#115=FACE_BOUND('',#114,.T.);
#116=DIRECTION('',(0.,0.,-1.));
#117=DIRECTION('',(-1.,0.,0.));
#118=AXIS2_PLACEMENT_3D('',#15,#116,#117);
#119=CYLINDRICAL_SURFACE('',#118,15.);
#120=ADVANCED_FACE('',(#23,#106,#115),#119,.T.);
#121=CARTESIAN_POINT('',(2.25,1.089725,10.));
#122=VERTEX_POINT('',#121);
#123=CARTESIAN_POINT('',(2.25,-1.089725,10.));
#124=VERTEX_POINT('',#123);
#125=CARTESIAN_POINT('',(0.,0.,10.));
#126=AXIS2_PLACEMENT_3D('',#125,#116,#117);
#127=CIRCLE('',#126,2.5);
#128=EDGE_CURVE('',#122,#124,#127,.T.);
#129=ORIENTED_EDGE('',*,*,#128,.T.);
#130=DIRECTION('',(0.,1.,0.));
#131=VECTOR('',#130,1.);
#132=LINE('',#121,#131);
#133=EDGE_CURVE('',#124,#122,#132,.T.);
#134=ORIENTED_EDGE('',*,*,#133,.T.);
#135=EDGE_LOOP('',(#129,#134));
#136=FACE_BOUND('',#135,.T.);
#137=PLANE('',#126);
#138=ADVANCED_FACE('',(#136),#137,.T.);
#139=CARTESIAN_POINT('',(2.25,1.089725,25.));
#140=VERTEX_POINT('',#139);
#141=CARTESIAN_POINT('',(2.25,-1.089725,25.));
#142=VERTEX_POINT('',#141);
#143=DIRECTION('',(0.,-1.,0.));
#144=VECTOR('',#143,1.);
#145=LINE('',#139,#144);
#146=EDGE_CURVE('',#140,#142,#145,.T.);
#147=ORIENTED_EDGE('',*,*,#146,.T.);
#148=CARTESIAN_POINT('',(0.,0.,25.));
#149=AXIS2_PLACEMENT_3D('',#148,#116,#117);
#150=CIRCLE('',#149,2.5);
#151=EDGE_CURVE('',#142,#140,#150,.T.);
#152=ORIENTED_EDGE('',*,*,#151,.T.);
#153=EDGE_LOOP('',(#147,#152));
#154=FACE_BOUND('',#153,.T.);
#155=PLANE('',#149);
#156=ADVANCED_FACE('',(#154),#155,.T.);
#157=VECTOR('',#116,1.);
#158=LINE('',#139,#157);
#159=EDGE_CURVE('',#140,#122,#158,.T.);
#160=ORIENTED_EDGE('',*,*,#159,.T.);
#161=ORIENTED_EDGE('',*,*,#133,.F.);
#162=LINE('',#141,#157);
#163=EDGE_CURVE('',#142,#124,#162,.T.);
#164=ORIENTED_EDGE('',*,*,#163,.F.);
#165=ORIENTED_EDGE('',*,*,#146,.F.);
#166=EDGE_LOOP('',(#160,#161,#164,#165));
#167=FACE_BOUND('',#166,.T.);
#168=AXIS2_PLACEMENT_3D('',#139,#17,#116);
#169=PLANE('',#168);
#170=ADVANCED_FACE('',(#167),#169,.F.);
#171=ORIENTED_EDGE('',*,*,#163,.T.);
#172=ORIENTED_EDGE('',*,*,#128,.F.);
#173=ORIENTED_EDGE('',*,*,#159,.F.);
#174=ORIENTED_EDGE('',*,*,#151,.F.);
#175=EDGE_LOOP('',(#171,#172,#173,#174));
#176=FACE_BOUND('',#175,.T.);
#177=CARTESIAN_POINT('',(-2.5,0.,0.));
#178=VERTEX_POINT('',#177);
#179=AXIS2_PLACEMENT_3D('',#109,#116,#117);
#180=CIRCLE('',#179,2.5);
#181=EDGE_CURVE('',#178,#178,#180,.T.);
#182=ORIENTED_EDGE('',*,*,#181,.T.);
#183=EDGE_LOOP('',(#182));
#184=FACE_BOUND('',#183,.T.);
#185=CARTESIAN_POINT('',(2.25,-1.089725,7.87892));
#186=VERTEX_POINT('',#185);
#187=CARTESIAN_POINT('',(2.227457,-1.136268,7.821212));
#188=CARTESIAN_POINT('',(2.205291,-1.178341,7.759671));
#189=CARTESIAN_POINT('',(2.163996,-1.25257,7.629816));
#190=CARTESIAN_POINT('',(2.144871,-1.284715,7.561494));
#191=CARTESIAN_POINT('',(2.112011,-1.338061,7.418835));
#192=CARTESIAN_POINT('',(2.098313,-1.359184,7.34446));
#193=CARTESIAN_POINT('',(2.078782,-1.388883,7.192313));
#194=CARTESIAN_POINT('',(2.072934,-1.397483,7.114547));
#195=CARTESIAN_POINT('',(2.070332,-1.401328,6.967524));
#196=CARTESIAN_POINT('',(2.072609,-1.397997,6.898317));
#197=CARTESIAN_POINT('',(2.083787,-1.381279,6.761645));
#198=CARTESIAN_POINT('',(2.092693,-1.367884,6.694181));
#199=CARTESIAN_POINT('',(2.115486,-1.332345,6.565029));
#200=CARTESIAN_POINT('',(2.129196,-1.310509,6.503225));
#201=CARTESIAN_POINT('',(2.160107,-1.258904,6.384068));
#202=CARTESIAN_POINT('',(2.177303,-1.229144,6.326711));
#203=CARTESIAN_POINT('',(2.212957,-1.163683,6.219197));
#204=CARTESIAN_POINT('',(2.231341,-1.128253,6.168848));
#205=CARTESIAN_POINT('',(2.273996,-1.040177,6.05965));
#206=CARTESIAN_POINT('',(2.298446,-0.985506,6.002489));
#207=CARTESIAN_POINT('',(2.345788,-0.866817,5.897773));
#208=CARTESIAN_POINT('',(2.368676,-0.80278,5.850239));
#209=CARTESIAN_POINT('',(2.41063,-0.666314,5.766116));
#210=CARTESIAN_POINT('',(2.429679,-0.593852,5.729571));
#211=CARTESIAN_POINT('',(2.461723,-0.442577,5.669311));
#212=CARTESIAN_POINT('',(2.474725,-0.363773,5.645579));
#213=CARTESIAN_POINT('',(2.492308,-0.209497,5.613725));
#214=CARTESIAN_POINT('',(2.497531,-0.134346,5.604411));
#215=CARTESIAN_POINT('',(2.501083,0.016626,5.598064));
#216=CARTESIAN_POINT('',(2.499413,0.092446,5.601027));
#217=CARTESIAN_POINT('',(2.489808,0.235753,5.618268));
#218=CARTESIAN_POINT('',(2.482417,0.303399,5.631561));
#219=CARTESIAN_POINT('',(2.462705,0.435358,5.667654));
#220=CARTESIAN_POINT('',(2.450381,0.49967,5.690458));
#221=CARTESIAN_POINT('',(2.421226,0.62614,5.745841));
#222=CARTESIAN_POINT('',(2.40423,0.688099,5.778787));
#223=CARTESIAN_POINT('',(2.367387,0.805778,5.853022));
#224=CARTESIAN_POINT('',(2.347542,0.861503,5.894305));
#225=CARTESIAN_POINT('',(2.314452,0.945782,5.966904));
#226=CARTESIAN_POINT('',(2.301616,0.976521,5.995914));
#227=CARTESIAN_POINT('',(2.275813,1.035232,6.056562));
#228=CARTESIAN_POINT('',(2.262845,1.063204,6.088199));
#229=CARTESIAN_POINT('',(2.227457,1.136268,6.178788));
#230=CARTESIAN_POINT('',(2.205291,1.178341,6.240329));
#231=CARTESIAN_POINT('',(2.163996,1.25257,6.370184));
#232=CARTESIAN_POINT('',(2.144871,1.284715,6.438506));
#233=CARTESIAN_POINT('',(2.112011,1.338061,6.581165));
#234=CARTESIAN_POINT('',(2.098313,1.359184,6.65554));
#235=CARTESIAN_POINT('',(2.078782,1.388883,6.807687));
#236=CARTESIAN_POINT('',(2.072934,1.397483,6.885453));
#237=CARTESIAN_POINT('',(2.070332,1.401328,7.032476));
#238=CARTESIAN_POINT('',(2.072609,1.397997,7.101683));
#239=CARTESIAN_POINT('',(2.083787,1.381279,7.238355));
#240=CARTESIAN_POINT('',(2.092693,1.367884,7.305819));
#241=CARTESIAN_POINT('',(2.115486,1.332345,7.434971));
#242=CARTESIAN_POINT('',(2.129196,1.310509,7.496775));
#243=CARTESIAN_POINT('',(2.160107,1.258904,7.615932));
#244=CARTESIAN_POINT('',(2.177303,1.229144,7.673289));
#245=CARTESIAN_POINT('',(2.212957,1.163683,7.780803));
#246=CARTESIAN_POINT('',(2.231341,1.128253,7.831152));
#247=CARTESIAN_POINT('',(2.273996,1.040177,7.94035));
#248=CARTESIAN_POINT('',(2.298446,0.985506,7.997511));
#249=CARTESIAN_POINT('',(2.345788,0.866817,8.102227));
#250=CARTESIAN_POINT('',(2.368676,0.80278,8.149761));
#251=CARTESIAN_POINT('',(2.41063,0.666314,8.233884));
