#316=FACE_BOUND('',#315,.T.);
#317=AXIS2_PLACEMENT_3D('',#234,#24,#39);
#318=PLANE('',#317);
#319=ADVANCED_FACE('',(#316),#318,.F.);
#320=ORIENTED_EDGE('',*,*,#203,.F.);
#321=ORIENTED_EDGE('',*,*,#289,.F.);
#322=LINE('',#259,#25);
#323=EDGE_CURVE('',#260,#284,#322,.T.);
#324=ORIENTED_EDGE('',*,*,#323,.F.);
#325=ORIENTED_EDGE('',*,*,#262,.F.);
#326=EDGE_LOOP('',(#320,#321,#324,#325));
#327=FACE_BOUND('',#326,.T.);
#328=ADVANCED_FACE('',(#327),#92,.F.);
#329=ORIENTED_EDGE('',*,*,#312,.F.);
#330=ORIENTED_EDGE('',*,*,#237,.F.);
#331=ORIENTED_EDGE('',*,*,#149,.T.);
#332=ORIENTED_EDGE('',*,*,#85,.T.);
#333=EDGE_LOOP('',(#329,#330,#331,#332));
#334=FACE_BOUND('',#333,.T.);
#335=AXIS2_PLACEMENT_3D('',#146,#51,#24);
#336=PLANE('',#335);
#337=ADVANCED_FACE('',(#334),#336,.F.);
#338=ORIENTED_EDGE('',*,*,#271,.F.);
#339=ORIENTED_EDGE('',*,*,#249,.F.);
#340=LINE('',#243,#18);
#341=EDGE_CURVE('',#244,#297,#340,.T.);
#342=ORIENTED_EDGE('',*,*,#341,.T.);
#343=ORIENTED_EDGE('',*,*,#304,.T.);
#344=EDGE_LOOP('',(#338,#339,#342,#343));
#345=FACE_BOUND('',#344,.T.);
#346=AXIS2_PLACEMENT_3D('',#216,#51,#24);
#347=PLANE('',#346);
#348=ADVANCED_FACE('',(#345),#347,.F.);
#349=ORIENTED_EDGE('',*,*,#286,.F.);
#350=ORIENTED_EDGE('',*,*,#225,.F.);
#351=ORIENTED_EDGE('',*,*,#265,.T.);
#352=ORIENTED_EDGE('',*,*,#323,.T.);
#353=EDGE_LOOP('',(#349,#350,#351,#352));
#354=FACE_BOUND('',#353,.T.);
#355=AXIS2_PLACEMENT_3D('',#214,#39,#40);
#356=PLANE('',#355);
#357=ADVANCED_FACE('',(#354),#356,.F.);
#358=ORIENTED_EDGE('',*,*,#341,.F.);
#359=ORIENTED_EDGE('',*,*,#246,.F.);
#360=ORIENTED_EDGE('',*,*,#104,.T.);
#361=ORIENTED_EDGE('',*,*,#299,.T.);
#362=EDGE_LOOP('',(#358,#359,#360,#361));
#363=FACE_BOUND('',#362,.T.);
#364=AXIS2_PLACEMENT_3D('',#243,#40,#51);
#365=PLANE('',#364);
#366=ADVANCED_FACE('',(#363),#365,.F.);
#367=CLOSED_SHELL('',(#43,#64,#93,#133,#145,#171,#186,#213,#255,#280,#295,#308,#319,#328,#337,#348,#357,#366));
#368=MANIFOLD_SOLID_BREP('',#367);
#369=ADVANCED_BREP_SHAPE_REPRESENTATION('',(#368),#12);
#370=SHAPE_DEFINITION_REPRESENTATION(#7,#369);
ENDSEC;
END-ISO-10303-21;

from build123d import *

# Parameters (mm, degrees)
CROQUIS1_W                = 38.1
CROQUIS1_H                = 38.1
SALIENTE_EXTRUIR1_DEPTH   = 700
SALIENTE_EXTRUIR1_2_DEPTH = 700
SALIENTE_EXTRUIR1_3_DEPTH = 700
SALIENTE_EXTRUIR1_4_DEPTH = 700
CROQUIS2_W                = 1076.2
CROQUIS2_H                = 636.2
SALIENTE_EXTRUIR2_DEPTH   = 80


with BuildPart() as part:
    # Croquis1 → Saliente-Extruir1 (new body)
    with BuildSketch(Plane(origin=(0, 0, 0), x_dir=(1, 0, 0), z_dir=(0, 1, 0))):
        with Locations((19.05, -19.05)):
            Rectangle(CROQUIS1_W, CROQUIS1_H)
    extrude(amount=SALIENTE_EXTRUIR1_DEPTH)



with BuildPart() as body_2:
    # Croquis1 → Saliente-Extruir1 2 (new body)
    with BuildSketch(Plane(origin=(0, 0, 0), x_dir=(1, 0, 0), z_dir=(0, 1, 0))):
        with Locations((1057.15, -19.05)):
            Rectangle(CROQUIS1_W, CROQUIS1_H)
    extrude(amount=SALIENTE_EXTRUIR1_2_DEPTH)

Goal of the exercise: Scan the listing above for the line that has "#210=CARTESIAN_POINT('',(2.429679,-0.593852,5.729571));", then copy exactly from that line through the line that has "#224=CARTESIAN_POINT('',(2.347542,0.861503,5.894305));".

Exercise solution:
#210=CARTESIAN_POINT('',(2.429679,-0.593852,5.729571));
#211=CARTESIAN_POINT('',(2.461723,-0.442577,5.669311));
#212=CARTESIAN_POINT('',(2.474725,-0.363773,5.645579));
#213=CARTESIAN_POINT('',(2.492308,-0.209497,5.613725));
#214=CARTESIAN_POINT('',(2.497531,-0.134346,5.604411));
#215=CARTESIAN_POINT('',(2.501083,0.016626,5.598064));
#216=CARTESIAN_POINT('',(2.499413,0.092446,5.601027));
#217=CARTESIAN_POINT('',(2.489808,0.235753,5.618268));
#218=CARTESIAN_POINT('',(2.482417,0.303399,5.631561));
#219=CARTESIAN_POINT('',(2.462705,0.435358,5.667654));
#220=CARTESIAN_POINT('',(2.450381,0.49967,5.690458));
#221=CARTESIAN_POINT('',(2.421226,0.62614,5.745841));
#222=CARTESIAN_POINT('',(2.40423,0.688099,5.778787));
#223=CARTESIAN_POINT('',(2.367387,0.805778,5.853022));
#224=CARTESIAN_POINT('',(2.347542,0.861503,5.894305));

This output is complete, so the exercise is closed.